## Exercise aim
Below are some records. Print exactly the lines between the one holding "f 390 352 349" and the one holding "sweep(path=f2_path.line)", inclusive, and nothing else.

(Beginning of Information provided)

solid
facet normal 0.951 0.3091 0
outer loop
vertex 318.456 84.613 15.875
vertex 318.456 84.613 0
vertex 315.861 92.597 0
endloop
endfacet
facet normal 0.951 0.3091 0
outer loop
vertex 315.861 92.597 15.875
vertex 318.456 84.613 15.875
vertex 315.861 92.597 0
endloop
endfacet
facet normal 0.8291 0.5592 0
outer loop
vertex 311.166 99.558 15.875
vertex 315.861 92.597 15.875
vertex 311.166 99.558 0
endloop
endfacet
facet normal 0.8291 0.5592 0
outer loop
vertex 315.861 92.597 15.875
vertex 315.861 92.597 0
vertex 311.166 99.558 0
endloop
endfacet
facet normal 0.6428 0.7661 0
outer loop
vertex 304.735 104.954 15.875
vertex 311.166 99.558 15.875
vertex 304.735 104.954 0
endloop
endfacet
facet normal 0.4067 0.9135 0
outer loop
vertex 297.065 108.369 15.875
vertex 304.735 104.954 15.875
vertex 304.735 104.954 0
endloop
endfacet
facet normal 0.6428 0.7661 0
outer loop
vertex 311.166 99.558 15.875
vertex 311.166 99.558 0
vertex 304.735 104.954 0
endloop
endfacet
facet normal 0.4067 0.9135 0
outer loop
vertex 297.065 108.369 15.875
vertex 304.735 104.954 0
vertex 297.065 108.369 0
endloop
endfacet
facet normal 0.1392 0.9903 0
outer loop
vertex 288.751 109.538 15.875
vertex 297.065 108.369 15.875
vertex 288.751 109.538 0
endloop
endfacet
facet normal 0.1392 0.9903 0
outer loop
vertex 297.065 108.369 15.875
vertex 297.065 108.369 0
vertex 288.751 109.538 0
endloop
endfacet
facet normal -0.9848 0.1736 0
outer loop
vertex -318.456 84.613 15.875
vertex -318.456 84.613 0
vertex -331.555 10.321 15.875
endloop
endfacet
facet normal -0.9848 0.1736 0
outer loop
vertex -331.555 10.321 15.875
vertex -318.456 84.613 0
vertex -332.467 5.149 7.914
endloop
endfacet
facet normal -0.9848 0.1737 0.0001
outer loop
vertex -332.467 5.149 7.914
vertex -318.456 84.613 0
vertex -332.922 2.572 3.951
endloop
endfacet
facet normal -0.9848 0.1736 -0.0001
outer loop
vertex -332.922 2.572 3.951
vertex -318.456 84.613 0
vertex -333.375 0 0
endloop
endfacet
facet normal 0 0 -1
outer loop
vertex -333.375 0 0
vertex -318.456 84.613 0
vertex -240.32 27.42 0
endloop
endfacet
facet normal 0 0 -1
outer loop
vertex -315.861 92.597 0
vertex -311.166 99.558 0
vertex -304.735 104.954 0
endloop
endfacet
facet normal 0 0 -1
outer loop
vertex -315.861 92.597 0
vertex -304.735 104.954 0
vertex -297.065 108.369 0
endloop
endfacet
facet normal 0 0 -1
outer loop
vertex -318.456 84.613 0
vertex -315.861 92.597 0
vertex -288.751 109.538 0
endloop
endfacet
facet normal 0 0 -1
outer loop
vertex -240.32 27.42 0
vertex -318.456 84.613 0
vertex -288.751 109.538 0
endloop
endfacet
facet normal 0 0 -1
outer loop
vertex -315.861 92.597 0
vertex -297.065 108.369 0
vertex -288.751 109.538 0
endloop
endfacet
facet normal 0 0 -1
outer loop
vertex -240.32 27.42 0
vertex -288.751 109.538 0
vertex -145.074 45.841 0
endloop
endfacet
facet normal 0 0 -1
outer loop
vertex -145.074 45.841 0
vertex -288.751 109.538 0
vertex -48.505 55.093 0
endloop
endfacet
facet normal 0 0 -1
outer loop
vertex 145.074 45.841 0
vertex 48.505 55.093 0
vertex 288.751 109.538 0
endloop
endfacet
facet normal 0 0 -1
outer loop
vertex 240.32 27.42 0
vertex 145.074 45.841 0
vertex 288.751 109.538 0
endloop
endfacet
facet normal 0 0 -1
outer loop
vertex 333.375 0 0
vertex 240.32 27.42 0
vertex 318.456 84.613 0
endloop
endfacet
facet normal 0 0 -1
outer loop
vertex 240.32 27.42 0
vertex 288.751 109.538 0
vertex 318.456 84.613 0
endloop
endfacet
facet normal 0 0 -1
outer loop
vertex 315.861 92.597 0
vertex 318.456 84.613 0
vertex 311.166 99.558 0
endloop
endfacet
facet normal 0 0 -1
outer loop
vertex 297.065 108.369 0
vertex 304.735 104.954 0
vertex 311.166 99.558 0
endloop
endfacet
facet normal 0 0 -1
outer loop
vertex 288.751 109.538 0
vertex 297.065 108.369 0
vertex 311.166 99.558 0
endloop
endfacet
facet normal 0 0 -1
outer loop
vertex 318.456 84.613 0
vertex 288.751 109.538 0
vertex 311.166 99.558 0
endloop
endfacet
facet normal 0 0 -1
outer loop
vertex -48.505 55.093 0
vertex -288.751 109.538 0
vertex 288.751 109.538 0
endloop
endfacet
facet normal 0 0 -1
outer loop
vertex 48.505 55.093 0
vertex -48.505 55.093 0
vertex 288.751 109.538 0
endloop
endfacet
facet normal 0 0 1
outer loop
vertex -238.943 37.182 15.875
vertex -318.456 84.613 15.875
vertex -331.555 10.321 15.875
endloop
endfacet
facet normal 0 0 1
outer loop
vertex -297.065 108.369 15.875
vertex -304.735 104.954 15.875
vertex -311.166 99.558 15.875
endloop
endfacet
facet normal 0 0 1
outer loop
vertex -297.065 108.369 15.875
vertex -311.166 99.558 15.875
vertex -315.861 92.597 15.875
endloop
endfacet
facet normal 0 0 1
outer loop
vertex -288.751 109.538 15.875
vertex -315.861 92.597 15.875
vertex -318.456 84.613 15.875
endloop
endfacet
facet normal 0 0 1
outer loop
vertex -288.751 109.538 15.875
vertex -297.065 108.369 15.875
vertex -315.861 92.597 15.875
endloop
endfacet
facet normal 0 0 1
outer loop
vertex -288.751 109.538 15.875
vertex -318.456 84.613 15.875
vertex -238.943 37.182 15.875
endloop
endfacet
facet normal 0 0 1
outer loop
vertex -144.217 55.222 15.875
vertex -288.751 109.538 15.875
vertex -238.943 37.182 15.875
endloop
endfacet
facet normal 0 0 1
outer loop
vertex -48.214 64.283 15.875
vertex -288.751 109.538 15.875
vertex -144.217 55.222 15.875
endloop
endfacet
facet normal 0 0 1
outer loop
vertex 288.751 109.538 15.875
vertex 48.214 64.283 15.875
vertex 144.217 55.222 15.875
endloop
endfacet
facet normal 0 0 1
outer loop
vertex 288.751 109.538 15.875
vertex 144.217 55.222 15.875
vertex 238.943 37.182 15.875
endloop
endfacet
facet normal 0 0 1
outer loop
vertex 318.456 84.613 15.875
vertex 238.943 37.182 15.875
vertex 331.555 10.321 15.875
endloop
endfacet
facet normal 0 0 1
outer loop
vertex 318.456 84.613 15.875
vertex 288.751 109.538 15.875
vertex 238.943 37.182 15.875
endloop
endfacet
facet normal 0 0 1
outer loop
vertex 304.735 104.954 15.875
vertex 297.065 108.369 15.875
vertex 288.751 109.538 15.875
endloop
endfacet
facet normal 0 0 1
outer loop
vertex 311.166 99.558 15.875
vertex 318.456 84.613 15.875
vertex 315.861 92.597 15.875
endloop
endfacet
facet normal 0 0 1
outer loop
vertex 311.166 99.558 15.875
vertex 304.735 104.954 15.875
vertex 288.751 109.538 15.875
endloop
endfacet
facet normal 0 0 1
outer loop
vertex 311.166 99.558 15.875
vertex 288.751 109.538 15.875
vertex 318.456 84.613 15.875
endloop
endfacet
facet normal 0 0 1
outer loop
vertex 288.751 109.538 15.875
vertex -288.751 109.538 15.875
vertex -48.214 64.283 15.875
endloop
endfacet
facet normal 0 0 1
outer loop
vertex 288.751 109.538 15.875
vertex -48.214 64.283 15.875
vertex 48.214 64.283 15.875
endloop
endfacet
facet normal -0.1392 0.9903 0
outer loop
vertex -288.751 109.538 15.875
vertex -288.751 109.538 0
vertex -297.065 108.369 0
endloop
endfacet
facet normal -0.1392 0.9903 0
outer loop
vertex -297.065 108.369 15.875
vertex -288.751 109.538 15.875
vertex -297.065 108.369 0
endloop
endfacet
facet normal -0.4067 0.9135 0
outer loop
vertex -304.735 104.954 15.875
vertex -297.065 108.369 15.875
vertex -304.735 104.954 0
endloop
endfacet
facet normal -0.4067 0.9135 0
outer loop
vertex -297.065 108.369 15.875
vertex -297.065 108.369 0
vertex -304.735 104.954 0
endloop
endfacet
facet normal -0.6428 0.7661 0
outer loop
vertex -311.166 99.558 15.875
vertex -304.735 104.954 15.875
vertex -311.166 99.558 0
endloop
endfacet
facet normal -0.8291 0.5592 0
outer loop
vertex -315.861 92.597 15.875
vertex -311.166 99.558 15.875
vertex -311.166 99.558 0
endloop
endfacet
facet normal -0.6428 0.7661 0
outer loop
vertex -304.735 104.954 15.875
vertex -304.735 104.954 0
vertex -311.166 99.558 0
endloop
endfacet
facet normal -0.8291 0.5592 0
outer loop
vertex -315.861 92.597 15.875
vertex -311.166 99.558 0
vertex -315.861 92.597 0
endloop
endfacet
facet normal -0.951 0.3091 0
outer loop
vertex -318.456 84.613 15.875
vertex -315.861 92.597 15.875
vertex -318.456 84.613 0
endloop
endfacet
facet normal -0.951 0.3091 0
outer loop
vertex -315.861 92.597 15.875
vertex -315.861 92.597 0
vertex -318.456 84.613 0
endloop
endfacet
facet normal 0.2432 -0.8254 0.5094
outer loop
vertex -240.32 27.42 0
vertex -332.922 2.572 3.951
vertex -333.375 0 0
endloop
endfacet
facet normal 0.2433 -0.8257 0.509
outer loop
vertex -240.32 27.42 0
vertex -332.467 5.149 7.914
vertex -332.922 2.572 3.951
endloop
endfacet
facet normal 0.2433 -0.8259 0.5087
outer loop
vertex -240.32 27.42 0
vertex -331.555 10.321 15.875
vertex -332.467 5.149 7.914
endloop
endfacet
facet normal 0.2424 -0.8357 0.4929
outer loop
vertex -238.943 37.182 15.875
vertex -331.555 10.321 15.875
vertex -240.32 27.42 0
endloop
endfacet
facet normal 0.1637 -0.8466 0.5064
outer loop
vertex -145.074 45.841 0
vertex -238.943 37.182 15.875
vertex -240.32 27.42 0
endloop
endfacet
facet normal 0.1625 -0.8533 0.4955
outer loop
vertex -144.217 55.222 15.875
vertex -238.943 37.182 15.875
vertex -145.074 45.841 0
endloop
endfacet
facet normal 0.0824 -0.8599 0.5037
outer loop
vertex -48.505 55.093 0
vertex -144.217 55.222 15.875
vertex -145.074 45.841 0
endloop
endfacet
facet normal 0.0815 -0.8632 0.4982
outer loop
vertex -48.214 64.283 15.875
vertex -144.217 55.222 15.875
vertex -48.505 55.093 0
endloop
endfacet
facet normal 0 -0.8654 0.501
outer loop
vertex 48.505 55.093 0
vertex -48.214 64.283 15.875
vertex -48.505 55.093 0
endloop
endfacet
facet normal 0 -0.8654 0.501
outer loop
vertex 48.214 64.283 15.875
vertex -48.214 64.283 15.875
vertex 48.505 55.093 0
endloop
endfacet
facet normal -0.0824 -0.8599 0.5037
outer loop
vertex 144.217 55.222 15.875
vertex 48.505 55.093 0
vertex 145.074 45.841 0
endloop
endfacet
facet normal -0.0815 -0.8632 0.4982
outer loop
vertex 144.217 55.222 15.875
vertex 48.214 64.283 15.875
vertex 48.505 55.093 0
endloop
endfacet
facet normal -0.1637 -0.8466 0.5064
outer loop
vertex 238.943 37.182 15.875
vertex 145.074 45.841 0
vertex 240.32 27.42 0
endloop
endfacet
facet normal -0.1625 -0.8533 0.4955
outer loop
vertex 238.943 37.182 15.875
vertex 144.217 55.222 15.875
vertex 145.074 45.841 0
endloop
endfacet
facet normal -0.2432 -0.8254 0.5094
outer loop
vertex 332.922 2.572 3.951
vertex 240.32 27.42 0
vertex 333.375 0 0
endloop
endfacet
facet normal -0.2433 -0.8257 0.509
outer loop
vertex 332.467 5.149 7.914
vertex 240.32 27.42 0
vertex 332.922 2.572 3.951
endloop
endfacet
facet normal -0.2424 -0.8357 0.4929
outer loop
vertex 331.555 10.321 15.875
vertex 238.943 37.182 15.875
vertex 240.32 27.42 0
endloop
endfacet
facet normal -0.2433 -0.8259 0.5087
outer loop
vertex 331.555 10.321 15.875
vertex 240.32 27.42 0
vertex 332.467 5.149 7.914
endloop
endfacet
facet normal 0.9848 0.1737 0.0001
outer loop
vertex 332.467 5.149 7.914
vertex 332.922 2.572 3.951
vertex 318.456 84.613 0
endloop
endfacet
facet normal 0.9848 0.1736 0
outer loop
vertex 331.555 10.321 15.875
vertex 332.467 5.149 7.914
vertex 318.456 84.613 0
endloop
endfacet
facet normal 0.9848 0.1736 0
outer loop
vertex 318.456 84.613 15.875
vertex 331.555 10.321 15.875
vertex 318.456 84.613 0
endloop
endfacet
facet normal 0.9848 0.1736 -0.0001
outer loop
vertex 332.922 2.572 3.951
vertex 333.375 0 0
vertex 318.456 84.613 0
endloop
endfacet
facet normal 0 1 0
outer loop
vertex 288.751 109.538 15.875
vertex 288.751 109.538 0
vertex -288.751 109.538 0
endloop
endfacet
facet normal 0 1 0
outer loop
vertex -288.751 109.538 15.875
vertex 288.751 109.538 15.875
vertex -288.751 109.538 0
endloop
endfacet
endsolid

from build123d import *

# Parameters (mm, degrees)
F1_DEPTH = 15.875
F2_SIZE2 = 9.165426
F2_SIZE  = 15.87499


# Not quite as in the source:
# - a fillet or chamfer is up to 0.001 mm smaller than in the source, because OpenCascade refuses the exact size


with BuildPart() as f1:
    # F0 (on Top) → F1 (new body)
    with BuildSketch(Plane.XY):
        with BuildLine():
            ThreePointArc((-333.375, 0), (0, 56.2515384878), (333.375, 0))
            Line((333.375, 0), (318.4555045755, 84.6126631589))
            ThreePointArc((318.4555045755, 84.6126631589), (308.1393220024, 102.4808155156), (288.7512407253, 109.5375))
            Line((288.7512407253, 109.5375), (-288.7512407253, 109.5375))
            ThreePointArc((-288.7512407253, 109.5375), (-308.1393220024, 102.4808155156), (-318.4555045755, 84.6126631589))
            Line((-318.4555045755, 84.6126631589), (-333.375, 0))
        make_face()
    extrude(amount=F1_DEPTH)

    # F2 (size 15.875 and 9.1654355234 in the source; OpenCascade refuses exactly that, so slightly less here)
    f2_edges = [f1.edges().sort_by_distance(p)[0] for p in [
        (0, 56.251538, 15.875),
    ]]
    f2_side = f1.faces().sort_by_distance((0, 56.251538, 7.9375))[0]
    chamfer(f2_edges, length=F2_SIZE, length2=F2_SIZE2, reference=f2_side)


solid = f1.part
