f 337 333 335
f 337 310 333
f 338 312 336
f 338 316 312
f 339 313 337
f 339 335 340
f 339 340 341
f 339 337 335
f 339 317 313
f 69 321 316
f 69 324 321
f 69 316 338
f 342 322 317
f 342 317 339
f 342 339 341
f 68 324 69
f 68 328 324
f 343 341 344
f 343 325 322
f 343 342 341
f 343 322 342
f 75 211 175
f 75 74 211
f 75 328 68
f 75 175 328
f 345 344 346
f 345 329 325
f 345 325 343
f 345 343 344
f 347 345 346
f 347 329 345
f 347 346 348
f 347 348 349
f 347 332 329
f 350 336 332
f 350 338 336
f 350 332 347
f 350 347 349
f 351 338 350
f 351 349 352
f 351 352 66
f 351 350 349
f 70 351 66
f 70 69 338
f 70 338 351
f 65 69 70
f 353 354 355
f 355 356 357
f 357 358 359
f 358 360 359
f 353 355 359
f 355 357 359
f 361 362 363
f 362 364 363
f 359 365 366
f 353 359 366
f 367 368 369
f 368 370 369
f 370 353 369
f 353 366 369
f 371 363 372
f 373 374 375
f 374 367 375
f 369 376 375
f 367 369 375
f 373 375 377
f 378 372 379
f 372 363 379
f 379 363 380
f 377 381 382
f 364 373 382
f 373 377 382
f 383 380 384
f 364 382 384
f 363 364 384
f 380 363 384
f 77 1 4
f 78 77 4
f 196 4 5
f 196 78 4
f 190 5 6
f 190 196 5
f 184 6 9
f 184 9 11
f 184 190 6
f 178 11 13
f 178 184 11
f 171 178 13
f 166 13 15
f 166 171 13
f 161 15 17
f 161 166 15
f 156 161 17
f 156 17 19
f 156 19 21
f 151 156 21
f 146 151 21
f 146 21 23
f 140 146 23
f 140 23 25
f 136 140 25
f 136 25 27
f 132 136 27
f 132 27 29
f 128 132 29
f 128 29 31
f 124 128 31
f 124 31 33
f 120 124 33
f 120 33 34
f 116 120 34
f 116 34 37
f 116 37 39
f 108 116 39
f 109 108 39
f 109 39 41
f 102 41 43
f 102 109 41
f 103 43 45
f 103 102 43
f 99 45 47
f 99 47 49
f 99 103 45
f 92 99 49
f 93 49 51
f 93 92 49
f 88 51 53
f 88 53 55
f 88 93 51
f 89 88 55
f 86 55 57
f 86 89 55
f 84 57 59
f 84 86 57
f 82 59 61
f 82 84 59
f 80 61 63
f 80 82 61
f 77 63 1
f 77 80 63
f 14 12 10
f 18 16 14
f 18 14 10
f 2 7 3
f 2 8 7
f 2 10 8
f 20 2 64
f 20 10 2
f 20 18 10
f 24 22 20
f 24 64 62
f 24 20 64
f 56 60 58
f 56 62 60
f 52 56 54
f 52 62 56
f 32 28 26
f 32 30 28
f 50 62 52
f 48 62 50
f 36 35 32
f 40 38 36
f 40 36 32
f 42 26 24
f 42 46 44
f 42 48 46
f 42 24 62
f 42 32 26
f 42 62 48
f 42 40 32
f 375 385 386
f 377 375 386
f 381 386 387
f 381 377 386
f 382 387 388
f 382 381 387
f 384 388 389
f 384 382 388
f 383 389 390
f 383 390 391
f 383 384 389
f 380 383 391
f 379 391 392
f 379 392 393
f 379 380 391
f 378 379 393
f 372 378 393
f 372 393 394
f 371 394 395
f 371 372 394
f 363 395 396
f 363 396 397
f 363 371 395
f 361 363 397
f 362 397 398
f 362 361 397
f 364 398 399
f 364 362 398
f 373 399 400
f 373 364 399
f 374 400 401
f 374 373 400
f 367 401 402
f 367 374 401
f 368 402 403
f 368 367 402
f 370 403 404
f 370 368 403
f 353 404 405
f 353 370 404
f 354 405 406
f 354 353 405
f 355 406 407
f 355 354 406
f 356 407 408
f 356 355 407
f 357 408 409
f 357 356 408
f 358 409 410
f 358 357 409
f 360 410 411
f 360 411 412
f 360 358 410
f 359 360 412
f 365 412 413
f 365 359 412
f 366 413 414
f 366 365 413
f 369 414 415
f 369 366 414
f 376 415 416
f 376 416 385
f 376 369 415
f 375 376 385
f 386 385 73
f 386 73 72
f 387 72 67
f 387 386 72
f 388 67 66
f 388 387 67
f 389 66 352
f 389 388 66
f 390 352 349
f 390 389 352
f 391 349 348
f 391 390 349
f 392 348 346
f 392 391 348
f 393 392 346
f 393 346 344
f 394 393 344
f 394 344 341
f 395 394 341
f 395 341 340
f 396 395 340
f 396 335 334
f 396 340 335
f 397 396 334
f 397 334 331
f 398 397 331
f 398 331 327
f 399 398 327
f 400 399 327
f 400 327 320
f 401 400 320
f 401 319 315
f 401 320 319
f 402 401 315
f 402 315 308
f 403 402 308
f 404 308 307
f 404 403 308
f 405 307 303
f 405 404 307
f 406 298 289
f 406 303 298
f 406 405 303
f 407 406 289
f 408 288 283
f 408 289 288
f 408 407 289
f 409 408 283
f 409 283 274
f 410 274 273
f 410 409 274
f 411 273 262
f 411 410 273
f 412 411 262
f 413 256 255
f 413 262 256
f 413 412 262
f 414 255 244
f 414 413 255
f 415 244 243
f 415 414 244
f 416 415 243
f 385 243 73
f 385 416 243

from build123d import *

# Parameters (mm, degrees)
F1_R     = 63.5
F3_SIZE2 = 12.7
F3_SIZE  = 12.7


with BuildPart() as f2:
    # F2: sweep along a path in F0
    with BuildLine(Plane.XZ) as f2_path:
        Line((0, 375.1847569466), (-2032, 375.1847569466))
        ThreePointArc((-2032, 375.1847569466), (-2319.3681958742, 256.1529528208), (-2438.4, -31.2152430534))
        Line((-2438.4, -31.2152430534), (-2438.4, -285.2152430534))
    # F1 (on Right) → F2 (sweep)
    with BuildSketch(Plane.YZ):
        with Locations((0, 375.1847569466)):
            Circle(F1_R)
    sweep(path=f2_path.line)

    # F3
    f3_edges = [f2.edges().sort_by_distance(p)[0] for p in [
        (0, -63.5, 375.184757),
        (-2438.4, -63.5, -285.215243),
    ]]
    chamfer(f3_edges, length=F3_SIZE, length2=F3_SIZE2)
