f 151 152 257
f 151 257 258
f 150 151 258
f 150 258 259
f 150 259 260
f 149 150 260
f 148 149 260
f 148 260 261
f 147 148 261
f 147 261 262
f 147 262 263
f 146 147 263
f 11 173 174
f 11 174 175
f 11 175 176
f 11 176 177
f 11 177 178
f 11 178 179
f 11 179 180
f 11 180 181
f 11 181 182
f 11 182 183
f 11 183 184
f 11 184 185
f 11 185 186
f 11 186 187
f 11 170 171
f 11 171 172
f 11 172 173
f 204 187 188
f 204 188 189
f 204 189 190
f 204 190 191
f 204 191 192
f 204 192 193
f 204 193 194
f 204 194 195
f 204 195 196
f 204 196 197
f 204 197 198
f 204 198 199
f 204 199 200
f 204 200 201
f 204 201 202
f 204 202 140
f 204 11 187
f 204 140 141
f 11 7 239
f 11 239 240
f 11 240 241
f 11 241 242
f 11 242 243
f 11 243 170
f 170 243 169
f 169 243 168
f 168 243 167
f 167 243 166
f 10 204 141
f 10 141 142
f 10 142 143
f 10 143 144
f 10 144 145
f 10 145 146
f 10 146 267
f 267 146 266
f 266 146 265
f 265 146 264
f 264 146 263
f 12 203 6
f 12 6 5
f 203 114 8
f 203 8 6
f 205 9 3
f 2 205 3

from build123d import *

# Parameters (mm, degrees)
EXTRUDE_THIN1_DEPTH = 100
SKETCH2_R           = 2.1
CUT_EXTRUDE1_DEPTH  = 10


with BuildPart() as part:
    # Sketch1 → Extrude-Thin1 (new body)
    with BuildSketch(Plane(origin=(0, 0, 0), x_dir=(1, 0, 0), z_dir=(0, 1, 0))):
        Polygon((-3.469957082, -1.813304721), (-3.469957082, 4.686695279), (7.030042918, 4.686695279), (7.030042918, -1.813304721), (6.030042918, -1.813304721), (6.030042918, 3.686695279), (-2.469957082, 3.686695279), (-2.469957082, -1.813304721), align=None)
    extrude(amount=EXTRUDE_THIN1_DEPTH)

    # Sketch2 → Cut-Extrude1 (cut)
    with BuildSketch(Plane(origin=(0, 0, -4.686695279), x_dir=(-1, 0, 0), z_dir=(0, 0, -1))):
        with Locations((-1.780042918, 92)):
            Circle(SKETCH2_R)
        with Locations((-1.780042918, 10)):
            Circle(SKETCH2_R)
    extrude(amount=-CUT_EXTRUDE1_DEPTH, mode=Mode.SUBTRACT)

(End of Information provided)

## Result
f 390 352 349
f 390 389 352
f 391 349 348
f 391 390 349
f 392 348 346
f 392 391 348
f 393 392 346
f 393 346 344
f 394 393 344
f 394 344 341
f 395 394 341
f 395 341 340
f 396 395 340
f 396 335 334
f 396 340 335
f 397 396 334
f 397 334 331
f 398 397 331
f 398 331 327
f 399 398 327
f 400 399 327
f 400 327 320
f 401 400 320
f 401 319 315
f 401 320 319
f 402 401 315
f 402 315 308
f 403 402 308
f 404 308 307
f 404 403 308
f 405 307 303
f 405 404 307
f 406 298 289
f 406 303 298
f 406 405 303
f 407 406 289
f 408 288 283
f 408 289 288
f 408 407 289
f 409 408 283
f 409 283 274
f 410 274 273
f 410 409 274
f 411 273 262
f 411 410 273
f 412 411 262
f 413 256 255
f 413 262 256
f 413 412 262
f 414 255 244
f 414 413 255
f 415 244 243
f 415 414 244
f 416 415 243
f 385 243 73
f 385 416 243

from build123d import *

# Parameters (mm, degrees)
F1_R     = 63.5
F3_SIZE2 = 12.7
F3_SIZE  = 12.7


with BuildPart() as f2:
    # F2: sweep along a path in F0
    with BuildLine(Plane.XZ) as f2_path:
        Line((0, 375.1847569466), (-2032, 375.1847569466))
        ThreePointArc((-2032, 375.1847569466), (-2319.3681958742, 256.1529528208), (-2438.4, -31.2152430534))
        Line((-2438.4, -31.2152430534), (-2438.4, -285.2152430534))
    # F1 (on Right) → F2 (sweep)
    with BuildSketch(Plane.YZ):
        with Locations((0, 375.1847569466)):
            Circle(F1_R)
    sweep(path=f2_path.line)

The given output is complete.